In the Salar de Uyuni, under a sky that seems infinite, Juan Pablo and his team “planted the seed” weeks ago, teaching tour guides how to receive tips in BTC while the salty wind whips their faces.
Bitcoin Research, backed by allies like Veintiuno.lat, dispels myths like someone sweeping Andean dust: “It is not a program; “It is a service like the internet, open to everyone.” And in every workshop, in every business that is added, A network is woven that does not stop at physical disabilities: reaches the heart of those who just want to sleep knowing that their future does not depend on an empty ATM.
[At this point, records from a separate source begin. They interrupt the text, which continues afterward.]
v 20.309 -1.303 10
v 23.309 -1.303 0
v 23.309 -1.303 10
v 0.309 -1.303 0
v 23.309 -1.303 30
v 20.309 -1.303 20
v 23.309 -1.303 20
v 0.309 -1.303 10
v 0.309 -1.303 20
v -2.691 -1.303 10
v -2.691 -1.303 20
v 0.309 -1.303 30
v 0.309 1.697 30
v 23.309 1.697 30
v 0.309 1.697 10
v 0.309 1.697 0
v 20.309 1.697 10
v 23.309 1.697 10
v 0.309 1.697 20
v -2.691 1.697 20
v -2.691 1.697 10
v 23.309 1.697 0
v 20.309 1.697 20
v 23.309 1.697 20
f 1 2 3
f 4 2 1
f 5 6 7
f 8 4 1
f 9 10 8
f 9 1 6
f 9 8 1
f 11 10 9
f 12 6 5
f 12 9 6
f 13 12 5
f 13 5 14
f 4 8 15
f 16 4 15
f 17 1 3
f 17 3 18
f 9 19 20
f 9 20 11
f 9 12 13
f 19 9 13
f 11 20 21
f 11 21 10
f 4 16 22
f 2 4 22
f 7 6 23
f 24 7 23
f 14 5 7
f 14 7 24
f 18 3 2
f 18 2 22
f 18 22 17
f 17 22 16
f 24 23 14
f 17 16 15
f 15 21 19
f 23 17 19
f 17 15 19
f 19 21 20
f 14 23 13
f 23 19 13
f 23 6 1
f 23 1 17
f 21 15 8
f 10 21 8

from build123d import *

# Parameters (mm, degrees)
F0_W     = 20
F0_H     = 3
F1_DEPTH = 30
F2_W     = 3
F2_H     = 10
F3_DEPTH = 3
F4_W     = 3
F4_H     = 10
F5_DEPTH = 3


with BuildPart() as f1:
    # F0 (on Top) → F1 (new body)
    with BuildSketch(Plane.XY):
        with Locations((10.308956, 0.197368)):
            Rectangle(F0_W, F0_H)
    extrude(amount=F1_DEPTH)

    # F2 (on face) → F3 (join)
    with BuildSketch(Plane.YZ.offset(20.308956)):
        with Locations((0.197368, 25)):
            Rectangle(F2_W, F2_H)
        with Locations((0.197368, 5)):
            Rectangle(F2_W, F2_H)
    extrude(amount=F3_DEPTH)

    # F4 (on face) → F5 (join)
    with BuildSketch(Plane(origin=(0.308956, 0, 0), x_dir=(0, -1, 0), z_dir=(-1, 0, 0))):
        with Locations((-0.197368, 15)):
            Rectangle(F4_W, F4_H)
    extrude(amount=F5_DEPTH)


solid = f1.part
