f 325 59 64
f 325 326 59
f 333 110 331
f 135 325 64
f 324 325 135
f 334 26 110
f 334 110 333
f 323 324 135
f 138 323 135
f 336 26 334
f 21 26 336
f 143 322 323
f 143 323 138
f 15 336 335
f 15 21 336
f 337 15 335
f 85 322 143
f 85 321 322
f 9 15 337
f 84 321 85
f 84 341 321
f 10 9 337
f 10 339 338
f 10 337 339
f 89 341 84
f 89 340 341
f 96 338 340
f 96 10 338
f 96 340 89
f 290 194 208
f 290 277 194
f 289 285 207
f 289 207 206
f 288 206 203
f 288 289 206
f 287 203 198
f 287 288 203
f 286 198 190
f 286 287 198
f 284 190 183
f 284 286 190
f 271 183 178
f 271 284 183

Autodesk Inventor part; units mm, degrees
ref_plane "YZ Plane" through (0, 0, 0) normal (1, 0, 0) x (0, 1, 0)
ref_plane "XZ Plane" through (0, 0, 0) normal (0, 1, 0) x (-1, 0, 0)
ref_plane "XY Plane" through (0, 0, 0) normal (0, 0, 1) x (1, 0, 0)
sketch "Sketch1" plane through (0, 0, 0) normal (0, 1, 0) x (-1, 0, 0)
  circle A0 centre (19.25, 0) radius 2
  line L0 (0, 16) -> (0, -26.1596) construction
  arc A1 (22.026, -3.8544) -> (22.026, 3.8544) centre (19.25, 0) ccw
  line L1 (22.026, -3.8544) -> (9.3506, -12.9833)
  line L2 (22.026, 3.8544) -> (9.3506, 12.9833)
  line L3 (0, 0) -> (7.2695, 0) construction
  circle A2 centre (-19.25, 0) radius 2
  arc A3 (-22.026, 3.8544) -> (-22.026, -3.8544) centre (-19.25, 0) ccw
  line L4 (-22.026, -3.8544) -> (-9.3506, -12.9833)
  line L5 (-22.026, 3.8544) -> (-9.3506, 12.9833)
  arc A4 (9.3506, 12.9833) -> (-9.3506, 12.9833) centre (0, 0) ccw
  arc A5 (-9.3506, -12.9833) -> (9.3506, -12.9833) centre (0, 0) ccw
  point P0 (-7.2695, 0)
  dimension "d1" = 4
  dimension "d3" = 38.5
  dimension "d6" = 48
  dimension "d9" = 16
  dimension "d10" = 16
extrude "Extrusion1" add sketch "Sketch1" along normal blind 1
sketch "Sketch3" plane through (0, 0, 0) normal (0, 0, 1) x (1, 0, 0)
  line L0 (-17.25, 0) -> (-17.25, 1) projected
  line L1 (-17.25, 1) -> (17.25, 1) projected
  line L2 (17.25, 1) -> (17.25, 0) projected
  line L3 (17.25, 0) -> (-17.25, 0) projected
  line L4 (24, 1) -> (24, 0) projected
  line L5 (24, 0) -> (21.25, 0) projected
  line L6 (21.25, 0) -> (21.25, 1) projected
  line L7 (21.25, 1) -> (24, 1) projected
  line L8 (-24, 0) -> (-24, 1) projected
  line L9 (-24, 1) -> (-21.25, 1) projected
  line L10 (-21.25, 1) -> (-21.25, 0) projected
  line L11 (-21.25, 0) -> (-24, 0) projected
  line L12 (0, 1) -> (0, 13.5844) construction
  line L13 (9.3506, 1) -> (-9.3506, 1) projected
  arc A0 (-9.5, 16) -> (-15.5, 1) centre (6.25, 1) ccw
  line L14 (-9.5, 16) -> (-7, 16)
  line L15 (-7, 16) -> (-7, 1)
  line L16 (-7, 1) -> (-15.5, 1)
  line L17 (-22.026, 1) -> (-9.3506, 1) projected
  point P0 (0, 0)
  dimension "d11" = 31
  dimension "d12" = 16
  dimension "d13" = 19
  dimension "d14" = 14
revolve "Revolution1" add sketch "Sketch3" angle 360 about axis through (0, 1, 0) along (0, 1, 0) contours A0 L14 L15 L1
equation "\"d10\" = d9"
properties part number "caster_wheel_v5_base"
Therefore, when Fabiola dreams of ETH Latam in Bolivia and Natalie sees prices in USDT in the duty freeJuan Pablo and Alfredo walk the highlands with a map in their hands and a fire on their chests. Because in Bolivia, bitcoin does not conquer territories; conquer souls. One by one, barrier by barrier, sat by sat. And at the end of the day, when the sun sinks into Titicaca, everyone, the hacker with a mat, the taxi driver with Meru, the salesman with Braille, begins to breathe a little more freely, each in their own way.